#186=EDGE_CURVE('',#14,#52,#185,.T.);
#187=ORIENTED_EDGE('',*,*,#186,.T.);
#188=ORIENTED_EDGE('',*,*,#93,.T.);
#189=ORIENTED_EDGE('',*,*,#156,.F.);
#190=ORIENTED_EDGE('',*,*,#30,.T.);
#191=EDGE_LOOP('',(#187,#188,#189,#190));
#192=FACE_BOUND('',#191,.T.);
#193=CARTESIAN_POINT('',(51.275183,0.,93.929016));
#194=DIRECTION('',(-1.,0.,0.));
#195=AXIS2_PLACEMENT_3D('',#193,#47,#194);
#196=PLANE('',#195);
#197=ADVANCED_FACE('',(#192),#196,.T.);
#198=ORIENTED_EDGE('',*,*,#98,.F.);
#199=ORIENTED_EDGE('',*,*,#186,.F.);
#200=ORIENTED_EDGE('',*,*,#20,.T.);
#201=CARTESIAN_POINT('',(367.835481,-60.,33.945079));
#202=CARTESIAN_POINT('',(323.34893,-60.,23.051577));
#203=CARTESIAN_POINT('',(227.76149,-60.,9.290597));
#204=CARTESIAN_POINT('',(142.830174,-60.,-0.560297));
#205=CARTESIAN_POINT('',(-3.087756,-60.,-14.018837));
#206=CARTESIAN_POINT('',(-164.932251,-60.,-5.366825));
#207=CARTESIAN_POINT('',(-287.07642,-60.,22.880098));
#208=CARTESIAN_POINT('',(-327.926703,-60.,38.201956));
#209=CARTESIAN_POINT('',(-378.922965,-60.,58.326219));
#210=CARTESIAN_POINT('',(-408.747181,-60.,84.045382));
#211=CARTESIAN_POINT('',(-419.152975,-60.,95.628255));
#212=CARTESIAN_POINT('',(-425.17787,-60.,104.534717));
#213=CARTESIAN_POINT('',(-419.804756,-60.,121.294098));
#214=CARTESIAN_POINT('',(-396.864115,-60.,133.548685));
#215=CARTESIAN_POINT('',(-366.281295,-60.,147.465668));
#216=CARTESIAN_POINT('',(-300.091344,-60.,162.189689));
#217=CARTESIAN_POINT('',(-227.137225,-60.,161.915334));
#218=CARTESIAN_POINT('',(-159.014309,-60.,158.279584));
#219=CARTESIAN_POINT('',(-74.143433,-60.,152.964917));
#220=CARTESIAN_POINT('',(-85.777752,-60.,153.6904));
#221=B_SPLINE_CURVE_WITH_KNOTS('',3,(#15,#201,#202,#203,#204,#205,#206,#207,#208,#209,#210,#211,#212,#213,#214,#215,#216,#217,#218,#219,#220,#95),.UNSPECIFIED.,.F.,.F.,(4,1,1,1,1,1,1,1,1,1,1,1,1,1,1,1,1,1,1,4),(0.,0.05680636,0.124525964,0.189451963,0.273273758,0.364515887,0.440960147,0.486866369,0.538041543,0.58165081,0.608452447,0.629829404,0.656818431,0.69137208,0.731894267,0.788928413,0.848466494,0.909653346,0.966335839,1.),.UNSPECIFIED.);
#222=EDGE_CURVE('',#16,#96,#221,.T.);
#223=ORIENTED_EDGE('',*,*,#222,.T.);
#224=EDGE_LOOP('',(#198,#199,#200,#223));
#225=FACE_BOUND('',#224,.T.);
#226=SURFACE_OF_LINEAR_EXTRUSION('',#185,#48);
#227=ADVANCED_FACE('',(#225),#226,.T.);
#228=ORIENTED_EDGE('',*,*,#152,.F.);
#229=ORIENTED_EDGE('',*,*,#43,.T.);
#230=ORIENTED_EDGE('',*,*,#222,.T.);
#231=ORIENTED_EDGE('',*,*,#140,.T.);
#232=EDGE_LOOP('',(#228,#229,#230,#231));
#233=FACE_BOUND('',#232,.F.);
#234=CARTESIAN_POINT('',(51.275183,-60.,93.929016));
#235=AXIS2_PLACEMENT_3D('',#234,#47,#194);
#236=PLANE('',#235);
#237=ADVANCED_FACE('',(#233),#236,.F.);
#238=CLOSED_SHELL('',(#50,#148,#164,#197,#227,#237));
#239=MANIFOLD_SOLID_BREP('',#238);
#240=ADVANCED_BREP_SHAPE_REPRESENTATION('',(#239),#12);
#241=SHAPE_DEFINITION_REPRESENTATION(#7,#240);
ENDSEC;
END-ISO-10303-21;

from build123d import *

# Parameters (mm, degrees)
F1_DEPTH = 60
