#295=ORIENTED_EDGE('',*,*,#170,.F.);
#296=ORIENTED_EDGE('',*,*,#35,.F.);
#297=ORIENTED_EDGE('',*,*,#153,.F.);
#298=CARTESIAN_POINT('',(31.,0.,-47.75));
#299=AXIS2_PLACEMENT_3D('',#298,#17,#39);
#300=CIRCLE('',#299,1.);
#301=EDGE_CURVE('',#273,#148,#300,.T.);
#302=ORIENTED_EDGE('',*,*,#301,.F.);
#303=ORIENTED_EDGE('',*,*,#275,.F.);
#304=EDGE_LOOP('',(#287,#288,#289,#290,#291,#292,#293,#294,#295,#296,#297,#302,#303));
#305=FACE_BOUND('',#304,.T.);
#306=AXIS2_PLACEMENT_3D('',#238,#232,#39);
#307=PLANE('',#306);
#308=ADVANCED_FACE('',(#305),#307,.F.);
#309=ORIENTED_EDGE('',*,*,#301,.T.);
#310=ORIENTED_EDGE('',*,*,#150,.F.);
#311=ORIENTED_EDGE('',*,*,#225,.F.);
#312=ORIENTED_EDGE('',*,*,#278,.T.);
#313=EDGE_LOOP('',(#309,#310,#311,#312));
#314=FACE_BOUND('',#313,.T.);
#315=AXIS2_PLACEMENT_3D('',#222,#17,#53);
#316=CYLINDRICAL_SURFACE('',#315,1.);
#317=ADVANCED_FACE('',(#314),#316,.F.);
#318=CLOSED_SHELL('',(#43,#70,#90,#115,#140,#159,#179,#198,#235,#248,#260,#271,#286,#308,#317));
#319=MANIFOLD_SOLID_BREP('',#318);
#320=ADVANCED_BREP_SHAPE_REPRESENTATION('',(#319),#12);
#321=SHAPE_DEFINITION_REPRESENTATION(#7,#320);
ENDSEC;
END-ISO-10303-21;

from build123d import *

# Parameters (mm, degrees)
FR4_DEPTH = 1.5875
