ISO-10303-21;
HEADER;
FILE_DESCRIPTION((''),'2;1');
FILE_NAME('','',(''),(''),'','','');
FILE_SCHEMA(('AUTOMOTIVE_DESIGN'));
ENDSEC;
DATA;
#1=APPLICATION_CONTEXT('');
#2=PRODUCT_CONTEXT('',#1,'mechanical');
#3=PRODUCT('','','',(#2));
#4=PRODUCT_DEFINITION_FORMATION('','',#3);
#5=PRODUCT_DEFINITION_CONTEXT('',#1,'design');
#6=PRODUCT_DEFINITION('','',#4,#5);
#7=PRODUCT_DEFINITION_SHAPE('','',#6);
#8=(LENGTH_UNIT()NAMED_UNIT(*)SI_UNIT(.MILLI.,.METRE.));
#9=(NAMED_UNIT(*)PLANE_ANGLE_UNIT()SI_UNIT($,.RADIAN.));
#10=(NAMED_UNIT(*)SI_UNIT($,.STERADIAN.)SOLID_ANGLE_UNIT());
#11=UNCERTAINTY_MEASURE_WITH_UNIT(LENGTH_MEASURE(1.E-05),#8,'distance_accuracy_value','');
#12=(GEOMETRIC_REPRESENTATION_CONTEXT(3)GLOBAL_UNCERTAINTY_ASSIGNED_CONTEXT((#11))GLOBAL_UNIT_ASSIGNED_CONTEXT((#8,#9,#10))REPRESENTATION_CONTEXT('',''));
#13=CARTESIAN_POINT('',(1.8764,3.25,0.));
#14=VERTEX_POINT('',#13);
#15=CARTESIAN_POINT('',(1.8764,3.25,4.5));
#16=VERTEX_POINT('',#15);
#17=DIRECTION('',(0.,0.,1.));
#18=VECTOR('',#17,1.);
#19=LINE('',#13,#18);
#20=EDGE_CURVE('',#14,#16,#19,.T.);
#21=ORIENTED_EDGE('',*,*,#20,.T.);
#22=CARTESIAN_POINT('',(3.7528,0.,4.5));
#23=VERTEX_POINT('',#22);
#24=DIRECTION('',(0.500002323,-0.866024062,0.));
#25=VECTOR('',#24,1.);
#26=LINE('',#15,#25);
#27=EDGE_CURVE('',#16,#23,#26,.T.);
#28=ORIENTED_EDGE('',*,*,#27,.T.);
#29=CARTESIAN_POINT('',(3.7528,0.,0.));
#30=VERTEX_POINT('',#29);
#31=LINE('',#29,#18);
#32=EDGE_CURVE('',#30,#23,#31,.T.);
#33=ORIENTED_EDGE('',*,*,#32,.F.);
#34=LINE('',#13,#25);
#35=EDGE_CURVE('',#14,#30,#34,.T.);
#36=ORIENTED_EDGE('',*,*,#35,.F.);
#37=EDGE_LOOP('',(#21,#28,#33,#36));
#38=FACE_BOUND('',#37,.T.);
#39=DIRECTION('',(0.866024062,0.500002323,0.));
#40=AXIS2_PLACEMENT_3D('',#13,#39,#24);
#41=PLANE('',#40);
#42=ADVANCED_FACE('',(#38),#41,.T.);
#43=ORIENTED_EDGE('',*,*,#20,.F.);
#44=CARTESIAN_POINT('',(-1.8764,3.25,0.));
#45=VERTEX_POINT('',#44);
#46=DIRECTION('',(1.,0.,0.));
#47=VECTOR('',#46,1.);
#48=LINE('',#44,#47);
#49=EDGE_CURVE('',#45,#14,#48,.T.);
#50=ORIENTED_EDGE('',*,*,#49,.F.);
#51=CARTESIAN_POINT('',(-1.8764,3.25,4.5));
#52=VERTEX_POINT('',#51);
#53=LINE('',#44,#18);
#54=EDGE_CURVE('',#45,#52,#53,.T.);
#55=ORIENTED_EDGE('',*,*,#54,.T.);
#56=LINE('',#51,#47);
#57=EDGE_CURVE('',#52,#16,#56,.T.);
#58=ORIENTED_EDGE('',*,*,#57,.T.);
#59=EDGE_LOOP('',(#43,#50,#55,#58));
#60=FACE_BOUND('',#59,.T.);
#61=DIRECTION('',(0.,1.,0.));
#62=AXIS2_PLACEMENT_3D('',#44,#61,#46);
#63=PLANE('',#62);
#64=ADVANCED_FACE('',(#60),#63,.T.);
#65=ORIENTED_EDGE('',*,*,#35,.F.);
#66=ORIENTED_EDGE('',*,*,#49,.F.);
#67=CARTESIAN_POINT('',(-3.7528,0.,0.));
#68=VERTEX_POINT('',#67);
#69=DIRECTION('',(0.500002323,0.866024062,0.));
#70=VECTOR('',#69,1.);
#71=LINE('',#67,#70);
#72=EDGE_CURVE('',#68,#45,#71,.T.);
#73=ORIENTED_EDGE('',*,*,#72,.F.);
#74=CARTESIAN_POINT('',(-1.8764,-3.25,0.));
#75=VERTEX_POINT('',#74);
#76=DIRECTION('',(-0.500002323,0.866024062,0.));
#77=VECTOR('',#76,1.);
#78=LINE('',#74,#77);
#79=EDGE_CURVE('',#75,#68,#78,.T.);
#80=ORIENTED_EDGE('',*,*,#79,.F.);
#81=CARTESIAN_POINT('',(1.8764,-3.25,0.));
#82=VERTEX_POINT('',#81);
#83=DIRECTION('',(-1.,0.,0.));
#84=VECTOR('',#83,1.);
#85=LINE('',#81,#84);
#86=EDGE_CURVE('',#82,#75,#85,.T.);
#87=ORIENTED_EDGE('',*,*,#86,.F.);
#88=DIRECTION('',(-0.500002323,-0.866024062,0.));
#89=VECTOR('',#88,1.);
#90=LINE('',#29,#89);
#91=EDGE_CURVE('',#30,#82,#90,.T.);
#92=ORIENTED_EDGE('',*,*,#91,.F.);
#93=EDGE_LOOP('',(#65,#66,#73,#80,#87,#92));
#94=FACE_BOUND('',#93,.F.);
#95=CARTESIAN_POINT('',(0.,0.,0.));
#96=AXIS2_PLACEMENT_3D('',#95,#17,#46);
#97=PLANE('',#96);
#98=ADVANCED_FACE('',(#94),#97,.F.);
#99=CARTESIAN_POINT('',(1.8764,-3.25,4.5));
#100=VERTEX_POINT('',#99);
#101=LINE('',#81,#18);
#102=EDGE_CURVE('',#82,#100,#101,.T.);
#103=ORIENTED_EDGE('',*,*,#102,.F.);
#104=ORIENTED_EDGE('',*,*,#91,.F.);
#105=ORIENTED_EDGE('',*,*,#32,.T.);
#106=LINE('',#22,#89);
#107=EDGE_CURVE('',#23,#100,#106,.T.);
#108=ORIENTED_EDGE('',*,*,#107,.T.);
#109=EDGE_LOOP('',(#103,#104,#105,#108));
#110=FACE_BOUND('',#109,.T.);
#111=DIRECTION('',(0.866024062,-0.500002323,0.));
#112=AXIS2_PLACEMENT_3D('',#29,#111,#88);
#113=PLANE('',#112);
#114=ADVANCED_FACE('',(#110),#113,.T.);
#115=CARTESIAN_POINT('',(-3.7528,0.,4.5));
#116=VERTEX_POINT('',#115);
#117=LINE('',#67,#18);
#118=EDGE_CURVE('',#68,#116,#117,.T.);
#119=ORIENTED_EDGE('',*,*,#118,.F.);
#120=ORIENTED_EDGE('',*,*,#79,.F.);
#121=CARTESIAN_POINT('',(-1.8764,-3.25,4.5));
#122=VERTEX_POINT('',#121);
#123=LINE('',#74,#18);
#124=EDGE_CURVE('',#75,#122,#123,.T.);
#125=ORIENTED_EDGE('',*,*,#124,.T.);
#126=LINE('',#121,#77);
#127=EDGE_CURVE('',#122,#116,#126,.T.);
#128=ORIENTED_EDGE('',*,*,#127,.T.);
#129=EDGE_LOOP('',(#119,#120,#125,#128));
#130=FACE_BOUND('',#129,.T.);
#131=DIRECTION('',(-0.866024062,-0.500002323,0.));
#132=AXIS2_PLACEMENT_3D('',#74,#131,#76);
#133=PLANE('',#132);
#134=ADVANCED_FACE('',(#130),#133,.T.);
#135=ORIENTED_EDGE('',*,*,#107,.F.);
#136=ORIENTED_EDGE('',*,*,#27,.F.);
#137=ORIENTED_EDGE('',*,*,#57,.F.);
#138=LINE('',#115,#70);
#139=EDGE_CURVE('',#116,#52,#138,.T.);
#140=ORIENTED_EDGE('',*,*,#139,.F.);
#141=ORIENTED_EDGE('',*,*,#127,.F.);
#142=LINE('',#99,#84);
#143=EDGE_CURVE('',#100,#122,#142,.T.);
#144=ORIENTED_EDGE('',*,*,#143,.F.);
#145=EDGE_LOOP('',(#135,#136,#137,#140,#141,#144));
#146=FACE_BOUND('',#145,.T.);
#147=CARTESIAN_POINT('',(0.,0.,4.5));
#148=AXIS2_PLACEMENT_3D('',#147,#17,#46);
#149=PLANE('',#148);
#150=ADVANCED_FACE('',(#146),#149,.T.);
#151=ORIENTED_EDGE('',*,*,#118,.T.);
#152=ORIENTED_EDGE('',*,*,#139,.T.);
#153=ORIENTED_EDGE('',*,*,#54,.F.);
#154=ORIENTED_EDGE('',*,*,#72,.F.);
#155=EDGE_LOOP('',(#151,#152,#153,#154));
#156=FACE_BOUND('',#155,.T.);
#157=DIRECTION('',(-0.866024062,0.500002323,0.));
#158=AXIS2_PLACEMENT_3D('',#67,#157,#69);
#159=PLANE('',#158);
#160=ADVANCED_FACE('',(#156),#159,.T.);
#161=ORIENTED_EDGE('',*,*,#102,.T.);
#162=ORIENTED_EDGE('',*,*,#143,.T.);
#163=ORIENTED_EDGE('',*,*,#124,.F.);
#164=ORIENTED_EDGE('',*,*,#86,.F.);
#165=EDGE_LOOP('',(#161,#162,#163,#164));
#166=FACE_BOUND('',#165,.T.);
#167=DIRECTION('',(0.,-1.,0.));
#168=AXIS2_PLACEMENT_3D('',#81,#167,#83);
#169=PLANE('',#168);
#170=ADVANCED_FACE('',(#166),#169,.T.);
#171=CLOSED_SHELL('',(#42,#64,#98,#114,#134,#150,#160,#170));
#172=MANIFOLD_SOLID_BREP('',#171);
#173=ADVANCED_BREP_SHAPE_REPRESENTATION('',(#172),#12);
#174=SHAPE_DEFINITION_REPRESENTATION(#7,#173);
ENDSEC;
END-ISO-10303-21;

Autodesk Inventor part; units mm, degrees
sketch "Sketch1" plane through (0, 0, 0) normal (0, 0, 1) x (1, 0, 0)
  line L0 (1.8764, 3.25) -> (3.7528, 0)
  line L1 (3.7528, 0) -> (1.8764, -3.25)
  line L2 (1.8764, -3.25) -> (-1.8764, -3.25)
  line L3 (-1.8764, -3.25) -> (-3.7528, 0)
  line L4 (-3.7528, 0) -> (-1.8764, 3.25)
  line L5 (-1.8764, 3.25) -> (1.8764, 3.25)
  point P0 (0, 0)
  point P1 (0, 0)
  dimension "d0" = 6.5
extrude "Extrusion1" add sketch "Sketch1" along normal blind 4.5
properties part number "servo_metal_600TVL_shaft_nut"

======

Transcribe, exactly and without additions, the lines of the records above, beginning with the line that contains "#59=EDGE_LOOP('',(#43,#50,#55,#58));" and ending with the line that contains "#73=ORIENTED_EDGE('',*,*,#72,.F.);", both included.

[Written response]
#59=EDGE_LOOP('',(#43,#50,#55,#58));
#60=FACE_BOUND('',#59,.T.);
#61=DIRECTION('',(0.,1.,0.));
#62=AXIS2_PLACEMENT_3D('',#44,#61,#46);
#63=PLANE('',#62);
#64=ADVANCED_FACE('',(#60),#63,.T.);
#65=ORIENTED_EDGE('',*,*,#35,.F.);
#66=ORIENTED_EDGE('',*,*,#49,.F.);
#67=CARTESIAN_POINT('',(-3.7528,0.,0.));
#68=VERTEX_POINT('',#67);
#69=DIRECTION('',(0.500002323,0.866024062,0.));
#70=VECTOR('',#69,1.);
#71=LINE('',#67,#70);
#72=EDGE_CURVE('',#68,#45,#71,.T.);
#73=ORIENTED_EDGE('',*,*,#72,.F.);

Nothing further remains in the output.